If/when we do have to make some huge change I'll keep this is mind so its an option but I honestly don't think I can do more than that at this point.

A (maybe bad) idea! What if we piped the list of redirects that match the query back through the api. You'd still get the non-redirect page back but it'd come with a redirect list.

gryllida wrote:

The link seems to be working now but I have no doubt that it was failing before. Its pretty difficult to debug it without breaking it worse.

Oops. Works now.

  1. This kind of issue isn't going to make us switch LuceneSearch back to the primary for ruwiki or ruwikinews.

I am not asking for primary. I would like to have it as an /option/. At the time it was timing out, there was no such option.

A (maybe bad) idea! What if we piped the list of redirects
that match the query back through the api. You'd still
get the non-redirect page back but it'd come with a redirect list.

The way the wikilinker gadget works now, with LuceneSearch, is that it takes the first 3 results and chooses the shortest one.

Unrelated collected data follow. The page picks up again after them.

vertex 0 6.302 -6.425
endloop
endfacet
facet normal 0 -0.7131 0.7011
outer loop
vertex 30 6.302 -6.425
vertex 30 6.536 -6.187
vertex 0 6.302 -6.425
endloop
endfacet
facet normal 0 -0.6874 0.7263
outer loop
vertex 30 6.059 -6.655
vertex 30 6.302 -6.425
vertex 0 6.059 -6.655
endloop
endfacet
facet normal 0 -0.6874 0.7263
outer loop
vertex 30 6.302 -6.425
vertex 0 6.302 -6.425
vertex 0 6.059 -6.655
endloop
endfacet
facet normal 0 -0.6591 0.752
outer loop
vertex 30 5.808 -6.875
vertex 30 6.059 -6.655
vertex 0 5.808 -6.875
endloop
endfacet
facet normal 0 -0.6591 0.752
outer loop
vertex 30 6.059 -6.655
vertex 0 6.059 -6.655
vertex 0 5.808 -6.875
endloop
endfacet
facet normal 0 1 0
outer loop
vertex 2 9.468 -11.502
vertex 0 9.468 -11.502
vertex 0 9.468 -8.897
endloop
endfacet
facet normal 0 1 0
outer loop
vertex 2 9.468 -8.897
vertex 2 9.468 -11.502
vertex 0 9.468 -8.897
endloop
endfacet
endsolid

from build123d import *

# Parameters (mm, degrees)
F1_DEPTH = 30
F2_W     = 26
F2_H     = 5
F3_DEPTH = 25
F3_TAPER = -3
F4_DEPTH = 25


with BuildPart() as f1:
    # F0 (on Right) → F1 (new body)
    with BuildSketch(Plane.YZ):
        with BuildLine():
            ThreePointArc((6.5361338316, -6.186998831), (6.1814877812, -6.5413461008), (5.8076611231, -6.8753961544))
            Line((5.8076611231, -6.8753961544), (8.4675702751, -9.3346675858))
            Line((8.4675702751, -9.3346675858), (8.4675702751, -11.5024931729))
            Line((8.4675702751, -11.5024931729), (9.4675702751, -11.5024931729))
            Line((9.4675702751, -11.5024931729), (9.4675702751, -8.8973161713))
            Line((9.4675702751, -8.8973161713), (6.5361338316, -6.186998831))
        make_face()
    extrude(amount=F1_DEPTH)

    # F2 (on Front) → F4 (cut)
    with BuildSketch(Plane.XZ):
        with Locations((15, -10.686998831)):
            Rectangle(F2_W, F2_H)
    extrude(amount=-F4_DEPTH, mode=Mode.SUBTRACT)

Such rewrite could be a threat to results relevancy or similarity.

Snippet from the gadget:

если в запросе было только одно слово, то выбираем самое короткое название из первых трёх результатов
чтобы для "Аглией" выдавалось "Англия", а не "Англиканство"
if ( requestTokens === 1 ) {

var resar = [];

for ( var j = 0; j <= 4; j++ ) {
    if ( typeof resp.query.search[j] !== 'undefined' && txt.substr( 0, 3 ).toLowerCase() === resp.query.search[j].title.substr( 0, 3 ).toLowerCase()) {
        resar.push( resp.query.search[j].title );
    }
}

resar.sort( compareStringLengths );

if ( typeof resar[0] !== 'undefined' ) {
    pageName = resar[0];
}

}

This could be, in theory, rewritten to pull a list of results + the redirects, and picking the shortest ones. But this would not guarantee the best result, as some of the redirect origins could be rather short but irrelevant. See:

lucene search:

  1. [[biology]] (redirect to [[category:biology]])
  2. [[category:biology]]
  3. ...

cirrus search:

  1. [[category:biology]] <- [[biology]] <- [[bio]] <- ...
  2. [[biologists discover world's smallest orchid]] <- ...

With cirrus search, the script for "biology" would return "[[bio|biology]]", but it doesn't mean that such wikilink would be accurate.

Restricted Application added a subscriber: Aklapper. · View Herald Transcript

I have need for "limit search results to non-redirects" and was directed to this phab. The use-case is when trying to resolve page-naming controversies (or more mildly, how to name new pages) I want to look at precedent. And that means the actual pages alone. Conceptually, it would be an option I could add to intitle:, so an additional token in the search-box or a checkbox in the advanced-search mode or an include/exclude-redirects toggle in the results page.

Gehel subscribed.

Closing ticket as Cirrus supports redirects (but not separate results for redirects and pages). Since this has been opened and without activity since 2014, I'm closing as it is more than likely that the use case has changed since then.

I have need for "limit search results to non-redirects" and was directed to this phab. The use-case is when trying to resolve page-naming controversies (or more mildly, how to name new pages) I want to look at precedent. And that means the actual pages alone. Conceptually, it would be an option I could add to intitle:, so an additional token in the search-box or a checkbox in the advanced-search mode or an include/exclude-redirects toggle in the results page.

This seems like a valid feature request, but should really be opened in a new ticket.